When he risked looking up, Marc was watching him, eyes widened slightly, mouth quirking up into a smile. It was soft, lips parted slightly as if he was still being surprised by him. Brent felt a little smug about that and tilted his head slightly as Marc let out a slow breath.
“Thanks,” Marc said again. “You always know the right thing to say.”
“Apparently not,” Brent said, laughing self-deprecatingly. He was painfully aware everything that had gone wrong between them was his fault, but he didn’t know what to do about it.
Marc sucked in a breath quickly, his eyebrows raised. Brent realized with mounting horror he had spoken aloud, and groaned, rubbing his hand over his face.
“Sorry.”
“Don’t be,” Marc said gently. There was a brief pause, and then Marc leaned forward, touching Brent’s knee. “Can I ask you a question?”
“You just did,”
Brent said with a small smile. Anything to keep his heart from hammering out of his chest. “Sure, go ahead.”

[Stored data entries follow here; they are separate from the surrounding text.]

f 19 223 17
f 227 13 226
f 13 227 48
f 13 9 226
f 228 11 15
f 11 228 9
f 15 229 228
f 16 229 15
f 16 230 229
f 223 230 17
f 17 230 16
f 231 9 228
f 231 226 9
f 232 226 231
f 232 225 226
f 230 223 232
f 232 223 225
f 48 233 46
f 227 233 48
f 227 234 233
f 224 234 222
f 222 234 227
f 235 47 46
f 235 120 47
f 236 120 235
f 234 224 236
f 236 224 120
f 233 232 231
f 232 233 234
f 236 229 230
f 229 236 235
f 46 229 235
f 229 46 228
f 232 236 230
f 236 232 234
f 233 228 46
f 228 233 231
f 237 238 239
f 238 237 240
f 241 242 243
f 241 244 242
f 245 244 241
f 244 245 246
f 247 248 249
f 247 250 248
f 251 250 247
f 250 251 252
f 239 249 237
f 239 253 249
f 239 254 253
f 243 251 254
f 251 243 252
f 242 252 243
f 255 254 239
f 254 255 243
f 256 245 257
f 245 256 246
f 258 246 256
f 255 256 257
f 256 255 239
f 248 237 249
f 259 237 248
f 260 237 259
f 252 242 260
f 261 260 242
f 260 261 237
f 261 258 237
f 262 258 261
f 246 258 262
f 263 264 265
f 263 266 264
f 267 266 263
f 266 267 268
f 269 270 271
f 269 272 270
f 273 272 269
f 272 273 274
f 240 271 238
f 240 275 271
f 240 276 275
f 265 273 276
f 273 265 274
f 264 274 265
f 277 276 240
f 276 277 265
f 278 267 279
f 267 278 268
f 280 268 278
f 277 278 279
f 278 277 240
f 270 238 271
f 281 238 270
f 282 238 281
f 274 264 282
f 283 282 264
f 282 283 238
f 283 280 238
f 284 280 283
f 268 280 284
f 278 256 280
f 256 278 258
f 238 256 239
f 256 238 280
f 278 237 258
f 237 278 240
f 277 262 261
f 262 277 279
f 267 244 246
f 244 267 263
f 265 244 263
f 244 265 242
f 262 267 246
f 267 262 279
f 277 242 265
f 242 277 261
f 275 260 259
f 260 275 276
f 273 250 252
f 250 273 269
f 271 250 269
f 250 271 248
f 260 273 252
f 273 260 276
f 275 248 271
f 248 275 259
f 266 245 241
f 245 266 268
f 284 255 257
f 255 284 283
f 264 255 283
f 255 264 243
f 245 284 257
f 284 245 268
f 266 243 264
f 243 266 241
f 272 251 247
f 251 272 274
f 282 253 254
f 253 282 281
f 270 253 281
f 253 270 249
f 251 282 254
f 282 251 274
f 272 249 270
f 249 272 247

“How would you feel about starting again?”
Brent stared, Marc looking apprehensive, and Brent’s heart was definitely going to burst out of his chest if he didn’t understand what was happening soon. “Starting again?”

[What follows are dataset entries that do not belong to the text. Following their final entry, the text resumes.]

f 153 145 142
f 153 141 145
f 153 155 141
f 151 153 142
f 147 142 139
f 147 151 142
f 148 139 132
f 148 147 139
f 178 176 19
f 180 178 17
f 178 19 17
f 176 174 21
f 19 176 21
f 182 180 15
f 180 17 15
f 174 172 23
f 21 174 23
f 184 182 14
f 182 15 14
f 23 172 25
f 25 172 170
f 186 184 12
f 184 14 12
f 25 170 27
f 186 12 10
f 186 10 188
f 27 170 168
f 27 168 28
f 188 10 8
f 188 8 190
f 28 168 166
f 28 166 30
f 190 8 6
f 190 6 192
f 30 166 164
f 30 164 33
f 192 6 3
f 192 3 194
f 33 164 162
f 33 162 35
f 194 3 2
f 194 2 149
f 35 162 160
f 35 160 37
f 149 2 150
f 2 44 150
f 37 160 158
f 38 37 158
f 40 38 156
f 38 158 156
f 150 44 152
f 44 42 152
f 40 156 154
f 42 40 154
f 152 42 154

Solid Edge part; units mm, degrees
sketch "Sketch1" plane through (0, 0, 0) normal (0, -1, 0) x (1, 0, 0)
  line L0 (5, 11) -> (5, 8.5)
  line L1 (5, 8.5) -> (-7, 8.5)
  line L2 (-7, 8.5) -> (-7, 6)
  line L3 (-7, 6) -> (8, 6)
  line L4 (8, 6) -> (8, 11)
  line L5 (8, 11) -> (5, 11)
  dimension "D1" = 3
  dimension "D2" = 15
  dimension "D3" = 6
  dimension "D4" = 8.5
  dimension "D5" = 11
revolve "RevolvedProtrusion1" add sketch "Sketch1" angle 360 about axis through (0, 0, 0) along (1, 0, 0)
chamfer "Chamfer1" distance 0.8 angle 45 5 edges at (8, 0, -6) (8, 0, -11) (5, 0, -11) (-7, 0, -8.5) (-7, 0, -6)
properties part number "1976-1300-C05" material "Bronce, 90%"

Marc’s smile was understanding, and he pulled back, resting his forearms on his knees. The distance between them hadn’t increased anyway, but Marc’s presence was as intoxicating as it ever was. “Yeah. I think we got a bit wrapped up in each other there.” That was something Brent couldn’t deny. “I had nobody else in my life at that point, and you were new to Chicago. It would have been easier, somehow, to latch on to each other and never let go.”

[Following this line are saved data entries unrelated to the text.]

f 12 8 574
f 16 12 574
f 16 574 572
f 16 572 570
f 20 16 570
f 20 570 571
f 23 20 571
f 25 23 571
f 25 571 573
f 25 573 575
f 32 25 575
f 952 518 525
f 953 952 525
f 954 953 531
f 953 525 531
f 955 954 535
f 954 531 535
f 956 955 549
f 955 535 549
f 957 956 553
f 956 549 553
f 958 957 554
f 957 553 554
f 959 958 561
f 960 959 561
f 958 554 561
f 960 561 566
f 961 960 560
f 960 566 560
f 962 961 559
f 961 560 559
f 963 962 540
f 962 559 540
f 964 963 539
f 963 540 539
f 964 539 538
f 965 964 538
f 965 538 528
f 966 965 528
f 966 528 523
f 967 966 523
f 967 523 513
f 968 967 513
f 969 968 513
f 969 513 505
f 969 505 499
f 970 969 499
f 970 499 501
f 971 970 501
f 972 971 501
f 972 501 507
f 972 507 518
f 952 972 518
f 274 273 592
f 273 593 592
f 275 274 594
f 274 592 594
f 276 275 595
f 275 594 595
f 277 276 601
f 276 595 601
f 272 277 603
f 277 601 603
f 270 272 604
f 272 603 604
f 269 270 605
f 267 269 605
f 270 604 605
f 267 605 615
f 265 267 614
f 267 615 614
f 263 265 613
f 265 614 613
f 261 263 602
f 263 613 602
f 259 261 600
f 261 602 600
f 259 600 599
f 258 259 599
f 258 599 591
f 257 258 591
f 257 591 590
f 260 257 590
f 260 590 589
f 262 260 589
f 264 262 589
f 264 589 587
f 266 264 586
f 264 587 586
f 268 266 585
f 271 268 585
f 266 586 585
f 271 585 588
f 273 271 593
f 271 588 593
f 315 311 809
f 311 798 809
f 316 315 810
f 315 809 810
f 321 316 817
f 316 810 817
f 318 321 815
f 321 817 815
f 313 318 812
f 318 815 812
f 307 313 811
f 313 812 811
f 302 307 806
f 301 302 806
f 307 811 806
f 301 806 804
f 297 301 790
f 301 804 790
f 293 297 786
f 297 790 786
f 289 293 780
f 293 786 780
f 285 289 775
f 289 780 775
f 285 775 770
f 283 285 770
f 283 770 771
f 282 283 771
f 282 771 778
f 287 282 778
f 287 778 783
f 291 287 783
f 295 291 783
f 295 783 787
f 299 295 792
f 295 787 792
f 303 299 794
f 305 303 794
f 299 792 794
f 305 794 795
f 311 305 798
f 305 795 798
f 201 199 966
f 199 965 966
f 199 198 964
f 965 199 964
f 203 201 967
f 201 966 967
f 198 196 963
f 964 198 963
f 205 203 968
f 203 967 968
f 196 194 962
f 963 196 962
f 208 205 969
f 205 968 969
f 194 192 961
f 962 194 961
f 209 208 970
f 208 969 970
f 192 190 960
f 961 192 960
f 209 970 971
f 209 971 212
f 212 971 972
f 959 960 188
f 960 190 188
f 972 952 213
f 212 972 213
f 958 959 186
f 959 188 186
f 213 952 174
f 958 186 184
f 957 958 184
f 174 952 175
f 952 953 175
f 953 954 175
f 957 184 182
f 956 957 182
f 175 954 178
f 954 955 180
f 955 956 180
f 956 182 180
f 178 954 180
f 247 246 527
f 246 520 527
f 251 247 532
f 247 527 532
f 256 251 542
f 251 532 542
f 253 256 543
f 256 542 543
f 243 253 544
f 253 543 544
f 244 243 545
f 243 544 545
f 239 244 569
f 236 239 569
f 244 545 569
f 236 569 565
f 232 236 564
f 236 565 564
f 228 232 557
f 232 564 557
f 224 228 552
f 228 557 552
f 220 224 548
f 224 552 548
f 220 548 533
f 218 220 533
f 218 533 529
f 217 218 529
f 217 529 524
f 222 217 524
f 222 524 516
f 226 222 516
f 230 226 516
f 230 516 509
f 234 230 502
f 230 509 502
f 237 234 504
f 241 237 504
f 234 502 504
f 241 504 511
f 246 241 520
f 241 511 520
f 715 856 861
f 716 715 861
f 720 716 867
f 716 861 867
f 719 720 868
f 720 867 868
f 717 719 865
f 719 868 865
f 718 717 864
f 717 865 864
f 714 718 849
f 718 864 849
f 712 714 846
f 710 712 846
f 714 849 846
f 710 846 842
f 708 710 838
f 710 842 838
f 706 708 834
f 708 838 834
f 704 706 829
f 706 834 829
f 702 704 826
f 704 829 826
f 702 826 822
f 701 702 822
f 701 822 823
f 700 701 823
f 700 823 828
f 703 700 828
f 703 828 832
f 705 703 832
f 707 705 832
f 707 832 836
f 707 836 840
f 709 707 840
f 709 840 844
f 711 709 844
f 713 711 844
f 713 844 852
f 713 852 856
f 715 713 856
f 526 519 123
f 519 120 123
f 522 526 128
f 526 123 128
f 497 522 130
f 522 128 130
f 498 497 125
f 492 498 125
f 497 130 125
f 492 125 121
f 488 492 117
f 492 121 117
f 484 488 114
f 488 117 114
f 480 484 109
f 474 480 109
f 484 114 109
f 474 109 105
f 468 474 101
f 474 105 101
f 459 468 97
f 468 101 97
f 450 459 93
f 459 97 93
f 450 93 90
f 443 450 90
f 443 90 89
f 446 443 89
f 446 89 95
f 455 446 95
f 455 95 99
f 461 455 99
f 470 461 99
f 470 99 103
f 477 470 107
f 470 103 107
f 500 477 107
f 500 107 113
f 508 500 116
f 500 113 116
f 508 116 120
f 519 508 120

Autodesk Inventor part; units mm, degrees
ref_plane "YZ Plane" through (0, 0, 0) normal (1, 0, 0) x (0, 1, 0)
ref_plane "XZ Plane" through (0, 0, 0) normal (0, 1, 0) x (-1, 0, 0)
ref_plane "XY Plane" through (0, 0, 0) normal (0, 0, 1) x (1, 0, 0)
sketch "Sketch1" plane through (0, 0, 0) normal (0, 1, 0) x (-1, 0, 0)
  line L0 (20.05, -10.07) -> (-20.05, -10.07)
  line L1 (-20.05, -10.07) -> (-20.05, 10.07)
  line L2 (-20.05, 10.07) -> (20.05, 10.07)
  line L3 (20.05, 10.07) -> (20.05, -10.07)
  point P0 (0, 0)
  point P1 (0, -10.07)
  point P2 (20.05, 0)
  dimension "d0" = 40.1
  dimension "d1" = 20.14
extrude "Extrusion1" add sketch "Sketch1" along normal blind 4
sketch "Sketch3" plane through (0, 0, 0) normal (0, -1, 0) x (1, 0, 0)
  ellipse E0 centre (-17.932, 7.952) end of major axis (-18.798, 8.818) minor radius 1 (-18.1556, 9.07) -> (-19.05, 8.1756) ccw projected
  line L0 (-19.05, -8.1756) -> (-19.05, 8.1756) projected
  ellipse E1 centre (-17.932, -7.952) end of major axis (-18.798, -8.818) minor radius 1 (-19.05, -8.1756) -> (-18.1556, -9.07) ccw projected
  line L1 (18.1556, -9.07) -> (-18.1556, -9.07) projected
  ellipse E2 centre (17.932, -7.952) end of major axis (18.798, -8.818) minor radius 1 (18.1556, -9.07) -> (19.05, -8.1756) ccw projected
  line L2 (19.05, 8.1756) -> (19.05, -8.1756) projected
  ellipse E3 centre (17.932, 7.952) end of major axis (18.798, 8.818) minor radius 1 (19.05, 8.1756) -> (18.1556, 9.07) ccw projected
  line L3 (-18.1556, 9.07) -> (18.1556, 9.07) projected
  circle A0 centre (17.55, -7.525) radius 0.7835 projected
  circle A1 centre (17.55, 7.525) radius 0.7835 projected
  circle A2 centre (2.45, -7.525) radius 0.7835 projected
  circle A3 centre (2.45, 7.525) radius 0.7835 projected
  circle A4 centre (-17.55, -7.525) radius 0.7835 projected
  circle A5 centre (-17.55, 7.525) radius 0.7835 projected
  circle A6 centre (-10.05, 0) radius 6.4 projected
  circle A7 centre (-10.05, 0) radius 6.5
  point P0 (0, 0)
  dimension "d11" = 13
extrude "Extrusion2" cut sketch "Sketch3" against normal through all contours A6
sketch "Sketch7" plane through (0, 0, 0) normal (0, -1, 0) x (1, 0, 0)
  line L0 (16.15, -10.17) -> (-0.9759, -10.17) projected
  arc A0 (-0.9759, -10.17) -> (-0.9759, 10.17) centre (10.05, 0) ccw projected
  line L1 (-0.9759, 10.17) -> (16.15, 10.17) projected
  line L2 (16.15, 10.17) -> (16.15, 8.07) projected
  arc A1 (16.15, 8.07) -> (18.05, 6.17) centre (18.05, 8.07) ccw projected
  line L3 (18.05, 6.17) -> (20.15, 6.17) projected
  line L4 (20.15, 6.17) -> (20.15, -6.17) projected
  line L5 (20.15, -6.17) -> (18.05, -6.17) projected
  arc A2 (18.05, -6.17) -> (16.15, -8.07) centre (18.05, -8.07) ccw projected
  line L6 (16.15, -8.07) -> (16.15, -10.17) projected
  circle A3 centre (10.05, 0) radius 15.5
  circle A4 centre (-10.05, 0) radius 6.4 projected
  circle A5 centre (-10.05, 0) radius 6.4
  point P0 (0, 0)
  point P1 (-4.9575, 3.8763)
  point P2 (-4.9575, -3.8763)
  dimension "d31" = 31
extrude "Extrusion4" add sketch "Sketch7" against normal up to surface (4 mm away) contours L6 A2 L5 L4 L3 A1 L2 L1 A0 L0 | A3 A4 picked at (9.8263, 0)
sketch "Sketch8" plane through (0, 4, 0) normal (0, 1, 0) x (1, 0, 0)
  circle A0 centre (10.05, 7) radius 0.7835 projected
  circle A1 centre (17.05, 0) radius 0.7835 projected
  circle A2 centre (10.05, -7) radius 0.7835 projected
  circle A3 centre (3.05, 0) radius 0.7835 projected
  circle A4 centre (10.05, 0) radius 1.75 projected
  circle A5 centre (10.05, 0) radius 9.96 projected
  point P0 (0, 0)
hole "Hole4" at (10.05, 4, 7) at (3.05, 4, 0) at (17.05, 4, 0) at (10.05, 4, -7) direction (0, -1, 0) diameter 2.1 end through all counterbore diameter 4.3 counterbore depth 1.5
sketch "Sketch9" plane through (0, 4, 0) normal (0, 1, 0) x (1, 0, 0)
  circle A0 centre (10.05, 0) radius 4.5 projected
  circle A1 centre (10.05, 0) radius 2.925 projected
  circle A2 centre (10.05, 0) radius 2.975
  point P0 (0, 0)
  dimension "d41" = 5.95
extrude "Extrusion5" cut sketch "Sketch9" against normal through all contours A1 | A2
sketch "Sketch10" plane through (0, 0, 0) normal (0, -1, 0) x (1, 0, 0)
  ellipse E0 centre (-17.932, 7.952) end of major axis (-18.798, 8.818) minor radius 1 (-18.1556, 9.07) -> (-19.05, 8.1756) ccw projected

“Yeah,” Brent breathed, pain settling in his stomach. “So, starting again?”
“I think,” Marc said slowly, his eyes shining with something Brent didn’t dare name, “I want to start again.”
Brent wasn’t sure he had the courage what needed to be done. He was still hurt, still sure he was going to wake up at some point and realize his mind had run away with itself.
Thankfully, Marc was being courageous enough for both of them. “It wasn’t the PTSD, right?”
“What?” Brent shook his head vehemently. “No, not a chance.”
“Good,” Marc said decisively. He held out his hand, smile wide. “My name’s Marc Bergeron. I work at a doggy daycare, and I’d really like to date you.”
Brent wanted to cry, his hand shaking as he took Marc’s without hesitation. He didn’t know how he was still breathing when he toppled forward, hauling Marc into a hug. He barely remembered to say, “My name’s Brent Strome, and I would love to date you.”